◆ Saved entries
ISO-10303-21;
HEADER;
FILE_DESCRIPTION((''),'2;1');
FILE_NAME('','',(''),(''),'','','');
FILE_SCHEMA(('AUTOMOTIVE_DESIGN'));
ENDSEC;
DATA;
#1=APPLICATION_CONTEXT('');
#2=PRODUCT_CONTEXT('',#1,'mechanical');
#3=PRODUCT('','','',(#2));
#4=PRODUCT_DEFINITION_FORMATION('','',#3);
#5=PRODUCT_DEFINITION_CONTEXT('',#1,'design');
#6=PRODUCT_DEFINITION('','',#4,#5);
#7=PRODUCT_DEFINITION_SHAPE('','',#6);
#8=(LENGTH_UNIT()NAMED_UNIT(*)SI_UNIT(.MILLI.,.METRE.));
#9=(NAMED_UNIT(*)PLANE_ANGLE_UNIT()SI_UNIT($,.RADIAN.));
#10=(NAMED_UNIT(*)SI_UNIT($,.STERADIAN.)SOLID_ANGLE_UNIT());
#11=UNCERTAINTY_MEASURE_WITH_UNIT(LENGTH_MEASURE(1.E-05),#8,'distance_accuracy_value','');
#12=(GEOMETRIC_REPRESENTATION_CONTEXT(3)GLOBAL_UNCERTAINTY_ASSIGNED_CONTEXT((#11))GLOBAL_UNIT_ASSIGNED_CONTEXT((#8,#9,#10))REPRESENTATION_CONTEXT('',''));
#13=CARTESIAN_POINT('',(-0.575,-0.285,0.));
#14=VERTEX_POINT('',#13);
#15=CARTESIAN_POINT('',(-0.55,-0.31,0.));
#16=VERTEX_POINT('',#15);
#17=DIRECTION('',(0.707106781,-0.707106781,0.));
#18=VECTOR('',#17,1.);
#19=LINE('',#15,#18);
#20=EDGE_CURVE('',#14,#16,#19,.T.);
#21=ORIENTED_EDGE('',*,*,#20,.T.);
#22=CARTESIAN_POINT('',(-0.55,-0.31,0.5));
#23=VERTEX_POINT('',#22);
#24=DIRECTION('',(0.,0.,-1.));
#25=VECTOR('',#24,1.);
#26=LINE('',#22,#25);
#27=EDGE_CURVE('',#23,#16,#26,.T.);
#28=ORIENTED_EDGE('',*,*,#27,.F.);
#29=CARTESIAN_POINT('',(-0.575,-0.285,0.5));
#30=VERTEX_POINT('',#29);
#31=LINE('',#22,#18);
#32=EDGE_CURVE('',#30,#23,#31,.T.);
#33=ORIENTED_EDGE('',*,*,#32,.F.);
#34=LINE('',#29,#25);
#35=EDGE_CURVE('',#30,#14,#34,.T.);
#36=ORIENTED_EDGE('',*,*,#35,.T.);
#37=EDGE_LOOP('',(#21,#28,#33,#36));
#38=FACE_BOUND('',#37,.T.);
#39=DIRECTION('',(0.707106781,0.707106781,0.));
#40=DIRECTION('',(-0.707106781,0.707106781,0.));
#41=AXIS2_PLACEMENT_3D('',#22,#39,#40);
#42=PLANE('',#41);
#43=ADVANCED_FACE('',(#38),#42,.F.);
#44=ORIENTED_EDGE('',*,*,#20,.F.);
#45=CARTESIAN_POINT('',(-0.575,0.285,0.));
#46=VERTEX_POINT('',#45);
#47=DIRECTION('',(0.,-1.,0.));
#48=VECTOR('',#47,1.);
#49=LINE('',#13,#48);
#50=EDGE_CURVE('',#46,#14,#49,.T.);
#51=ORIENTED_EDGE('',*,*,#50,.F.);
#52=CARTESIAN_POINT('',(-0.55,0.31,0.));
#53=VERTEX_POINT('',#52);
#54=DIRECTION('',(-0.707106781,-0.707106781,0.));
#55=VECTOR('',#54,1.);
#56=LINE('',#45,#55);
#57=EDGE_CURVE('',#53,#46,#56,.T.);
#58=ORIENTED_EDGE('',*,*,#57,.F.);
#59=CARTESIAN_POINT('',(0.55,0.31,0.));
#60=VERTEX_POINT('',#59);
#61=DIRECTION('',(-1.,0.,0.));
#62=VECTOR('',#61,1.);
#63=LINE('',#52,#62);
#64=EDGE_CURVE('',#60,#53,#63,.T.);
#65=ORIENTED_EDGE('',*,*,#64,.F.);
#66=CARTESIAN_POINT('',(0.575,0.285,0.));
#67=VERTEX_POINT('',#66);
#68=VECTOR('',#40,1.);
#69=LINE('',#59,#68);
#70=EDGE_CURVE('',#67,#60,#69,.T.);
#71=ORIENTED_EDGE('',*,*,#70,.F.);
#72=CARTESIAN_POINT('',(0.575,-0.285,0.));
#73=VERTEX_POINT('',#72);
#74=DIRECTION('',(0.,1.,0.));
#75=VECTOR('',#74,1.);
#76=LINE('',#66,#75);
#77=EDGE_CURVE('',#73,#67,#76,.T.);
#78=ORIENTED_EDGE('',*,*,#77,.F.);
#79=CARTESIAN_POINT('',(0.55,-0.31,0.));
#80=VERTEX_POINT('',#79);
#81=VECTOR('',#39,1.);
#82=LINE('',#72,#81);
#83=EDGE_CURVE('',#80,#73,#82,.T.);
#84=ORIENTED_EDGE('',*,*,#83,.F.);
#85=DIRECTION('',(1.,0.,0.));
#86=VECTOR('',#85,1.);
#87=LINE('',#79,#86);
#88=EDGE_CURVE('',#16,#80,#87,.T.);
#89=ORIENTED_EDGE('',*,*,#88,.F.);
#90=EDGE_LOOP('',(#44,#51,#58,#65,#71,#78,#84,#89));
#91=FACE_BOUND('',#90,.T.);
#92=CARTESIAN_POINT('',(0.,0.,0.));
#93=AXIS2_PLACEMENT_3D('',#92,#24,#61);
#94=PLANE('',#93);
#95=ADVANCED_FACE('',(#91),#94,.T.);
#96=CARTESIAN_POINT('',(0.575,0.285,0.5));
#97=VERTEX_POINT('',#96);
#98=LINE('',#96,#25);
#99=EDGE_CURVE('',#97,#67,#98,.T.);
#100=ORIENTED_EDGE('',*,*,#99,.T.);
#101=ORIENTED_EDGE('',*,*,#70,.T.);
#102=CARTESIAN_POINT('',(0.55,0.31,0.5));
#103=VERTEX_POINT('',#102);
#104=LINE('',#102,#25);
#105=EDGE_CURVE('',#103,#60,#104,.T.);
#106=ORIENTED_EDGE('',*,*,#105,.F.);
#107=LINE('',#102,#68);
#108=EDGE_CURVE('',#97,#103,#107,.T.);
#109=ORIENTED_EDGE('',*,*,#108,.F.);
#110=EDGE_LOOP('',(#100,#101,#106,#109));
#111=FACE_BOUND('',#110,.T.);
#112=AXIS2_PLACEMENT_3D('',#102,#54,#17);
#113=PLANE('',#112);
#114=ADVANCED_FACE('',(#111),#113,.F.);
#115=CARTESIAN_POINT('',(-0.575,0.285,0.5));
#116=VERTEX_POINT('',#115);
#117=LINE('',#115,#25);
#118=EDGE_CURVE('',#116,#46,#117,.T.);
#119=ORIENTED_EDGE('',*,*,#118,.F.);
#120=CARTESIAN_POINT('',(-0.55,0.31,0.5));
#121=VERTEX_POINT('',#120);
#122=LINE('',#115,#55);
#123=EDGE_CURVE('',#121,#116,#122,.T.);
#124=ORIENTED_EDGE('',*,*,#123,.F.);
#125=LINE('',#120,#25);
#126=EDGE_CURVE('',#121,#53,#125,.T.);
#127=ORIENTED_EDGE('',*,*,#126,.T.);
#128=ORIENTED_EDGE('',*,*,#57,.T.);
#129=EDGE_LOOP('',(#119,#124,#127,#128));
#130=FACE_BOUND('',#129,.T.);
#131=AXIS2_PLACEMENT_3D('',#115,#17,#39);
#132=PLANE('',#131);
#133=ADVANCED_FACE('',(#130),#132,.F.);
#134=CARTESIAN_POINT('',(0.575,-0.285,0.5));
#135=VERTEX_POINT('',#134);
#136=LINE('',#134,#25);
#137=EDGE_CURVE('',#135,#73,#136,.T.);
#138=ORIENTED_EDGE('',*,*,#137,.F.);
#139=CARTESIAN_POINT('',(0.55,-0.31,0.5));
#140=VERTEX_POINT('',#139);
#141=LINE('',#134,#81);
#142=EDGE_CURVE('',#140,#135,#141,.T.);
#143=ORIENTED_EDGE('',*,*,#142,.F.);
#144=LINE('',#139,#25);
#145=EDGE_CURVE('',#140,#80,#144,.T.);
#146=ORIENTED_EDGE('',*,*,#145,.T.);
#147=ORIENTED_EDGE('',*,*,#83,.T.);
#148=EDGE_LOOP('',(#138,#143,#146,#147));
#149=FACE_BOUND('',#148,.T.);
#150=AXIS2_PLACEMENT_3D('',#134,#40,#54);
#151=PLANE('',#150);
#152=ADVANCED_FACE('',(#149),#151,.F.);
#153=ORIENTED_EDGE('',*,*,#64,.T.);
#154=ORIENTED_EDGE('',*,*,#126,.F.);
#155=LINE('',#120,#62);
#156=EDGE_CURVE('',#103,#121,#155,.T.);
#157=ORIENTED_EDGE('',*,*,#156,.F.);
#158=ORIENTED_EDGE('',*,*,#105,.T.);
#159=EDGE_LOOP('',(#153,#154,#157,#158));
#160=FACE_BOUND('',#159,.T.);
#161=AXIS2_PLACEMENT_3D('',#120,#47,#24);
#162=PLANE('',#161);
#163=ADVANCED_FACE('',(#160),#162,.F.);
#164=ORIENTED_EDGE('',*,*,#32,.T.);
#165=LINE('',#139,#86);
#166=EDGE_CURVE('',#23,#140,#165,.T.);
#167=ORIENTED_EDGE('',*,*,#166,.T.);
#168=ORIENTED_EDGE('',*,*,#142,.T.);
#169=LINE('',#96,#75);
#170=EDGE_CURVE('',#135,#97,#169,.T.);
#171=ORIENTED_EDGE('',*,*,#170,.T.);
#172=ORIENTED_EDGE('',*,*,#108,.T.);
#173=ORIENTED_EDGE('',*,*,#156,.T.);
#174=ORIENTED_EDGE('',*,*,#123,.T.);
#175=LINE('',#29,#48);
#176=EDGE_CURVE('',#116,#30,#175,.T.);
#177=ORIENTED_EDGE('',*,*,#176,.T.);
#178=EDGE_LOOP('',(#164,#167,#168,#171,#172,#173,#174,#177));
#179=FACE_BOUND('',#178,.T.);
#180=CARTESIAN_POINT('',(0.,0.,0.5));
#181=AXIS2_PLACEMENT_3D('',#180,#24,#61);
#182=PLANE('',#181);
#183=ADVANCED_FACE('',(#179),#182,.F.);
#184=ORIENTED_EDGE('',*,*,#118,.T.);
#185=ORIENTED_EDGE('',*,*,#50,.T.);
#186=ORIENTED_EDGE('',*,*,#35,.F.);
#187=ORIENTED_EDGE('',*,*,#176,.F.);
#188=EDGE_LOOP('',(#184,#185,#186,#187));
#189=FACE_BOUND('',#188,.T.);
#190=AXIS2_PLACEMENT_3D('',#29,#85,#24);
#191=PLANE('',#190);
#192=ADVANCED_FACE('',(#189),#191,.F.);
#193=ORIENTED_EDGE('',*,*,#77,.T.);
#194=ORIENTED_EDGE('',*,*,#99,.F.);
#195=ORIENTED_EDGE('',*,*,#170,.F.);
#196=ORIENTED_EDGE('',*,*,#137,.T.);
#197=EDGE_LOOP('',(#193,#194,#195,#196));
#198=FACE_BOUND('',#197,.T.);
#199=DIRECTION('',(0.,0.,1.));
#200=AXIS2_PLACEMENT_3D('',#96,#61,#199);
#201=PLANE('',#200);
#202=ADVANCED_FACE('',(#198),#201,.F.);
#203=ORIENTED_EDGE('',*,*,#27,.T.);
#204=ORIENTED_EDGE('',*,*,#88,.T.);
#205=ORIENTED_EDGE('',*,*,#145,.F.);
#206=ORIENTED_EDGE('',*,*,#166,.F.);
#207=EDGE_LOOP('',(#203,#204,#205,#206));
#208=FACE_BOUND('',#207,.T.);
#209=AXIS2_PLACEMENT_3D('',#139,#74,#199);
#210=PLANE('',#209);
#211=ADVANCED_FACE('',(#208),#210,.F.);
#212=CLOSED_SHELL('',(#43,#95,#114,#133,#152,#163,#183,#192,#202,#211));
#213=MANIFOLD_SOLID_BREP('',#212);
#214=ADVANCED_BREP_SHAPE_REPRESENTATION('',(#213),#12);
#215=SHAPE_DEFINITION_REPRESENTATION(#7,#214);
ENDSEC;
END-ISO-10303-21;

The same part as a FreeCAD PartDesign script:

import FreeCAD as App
import Part
import Sketcher
from FreeCAD import Vector

doc = App.newDocument("Part")
body = doc.addObject("PartDesign::Body", "Body")

# Sketch on XY plane
sketch1 = body.newObject("Sketcher::SketchObject", "Sketch")
sketch1.AttachmentSupport = (doc.getObject("XY_Plane"), [""])
sketch1.MapMode = "FlatFace"
sketch1.addGeometry([
    Part.LineSegment(Vector(0.575, 0.285, 0), Vector(0.55, 0.31, 0)),  # 0
    Part.LineSegment(Vector(0.55, 0.31, 0), Vector(-0.55, 0.31, 0)),  # 1
    Part.LineSegment(Vector(-0.55, 0.31, 0), Vector(-0.575, 0.285, 0)),  # 2
    Part.LineSegment(Vector(-0.575, 0.285, 0), Vector(-0.575, -0.285, 0)),  # 3
    Part.LineSegment(Vector(-0.575, -0.285, 0), Vector(-0.55, -0.31, 0)),  # 4
    Part.LineSegment(Vector(-0.55, -0.31, 0), Vector(0.55, -0.31, 0)),  # 5
    Part.LineSegment(Vector(0.55, -0.31, 0), Vector(0.575, -0.285, 0)),  # 6
    Part.LineSegment(Vector(0.575, -0.285, 0), Vector(0.575, 0.285, 0)),  # 7
], False)
sketch1.addConstraint([
    Sketcher.Constraint("Coincident", 0, 2, 1, 1),
    Sketcher.Constraint("Coincident", 1, 2, 2, 1),
    Sketcher.Constraint("Coincident", 2, 2, 3, 1),
    Sketcher.Constraint("Coincident", 3, 2, 4, 1),
    Sketcher.Constraint("Coincident", 4, 2, 5, 1),
    Sketcher.Constraint("Coincident", 5, 2, 6, 1),
    Sketcher.Constraint("Coincident", 6, 2, 7, 1),
    Sketcher.Constraint("Coincident", 7, 2, 0, 1),
    Sketcher.Constraint("Horizontal", 1),
    Sketcher.Constraint("Vertical", 3),
    Sketcher.Constraint("Horizontal", 5),
    Sketcher.Constraint("Vertical", 7),
    Sketcher.Constraint("Symmetric", 0, 2, 4, 2, -1, 1),
    Sketcher.Constraint("Symmetric", 2, 2, 6, 2, -1, 1),
    Sketcher.Constraint("Perpendicular", 0, 2),
    Sketcher.Constraint("Perpendicular", 2, 4),
    Sketcher.Constraint("Perpendicular", 4, 6),
    Sketcher.Constraint("Horizontal", 3, 2, 6, 2),
    Sketcher.Constraint("Vertical", 1, 2, 4, 2),
    Sketcher.Constraint("DistanceX", 1, 2, 1, 1, 1.1),
    Sketcher.Constraint("DistanceY", 3, 2, 3, 1, 0.57),
    Sketcher.Constraint("DistanceY", -1, 1, 0, 2, 0.31),
])
pad1 = body.newObject("PartDesign::Pad", "Pad")
pad1.Profile = sketch1
pad1.Length = 0.5

doc.recompute()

◆ Work to complete
Copy out only the lines of the records above from the one with "#183=ADVANCED_FACE('',(#179),#182,.F.);" through the one with "#199=DIRECTION('',(0.,0.,1.));", exactly as they stand, both included.

◆ Task answer
#183=ADVANCED_FACE('',(#179),#182,.F.);
#184=ORIENTED_EDGE('',*,*,#118,.T.);
#185=ORIENTED_EDGE('',*,*,#50,.T.);
#186=ORIENTED_EDGE('',*,*,#35,.F.);
#187=ORIENTED_EDGE('',*,*,#176,.F.);
#188=EDGE_LOOP('',(#184,#185,#186,#187));
#189=FACE_BOUND('',#188,.T.);
#190=AXIS2_PLACEMENT_3D('',#29,#85,#24);
#191=PLANE('',#190);
#192=ADVANCED_FACE('',(#189),#191,.F.);
#193=ORIENTED_EDGE('',*,*,#77,.T.);
#194=ORIENTED_EDGE('',*,*,#99,.F.);
#195=ORIENTED_EDGE('',*,*,#170,.F.);
#196=ORIENTED_EDGE('',*,*,#137,.T.);
#197=EDGE_LOOP('',(#193,#194,#195,#196));
#198=FACE_BOUND('',#197,.T.);
#199=DIRECTION('',(0.,0.,1.));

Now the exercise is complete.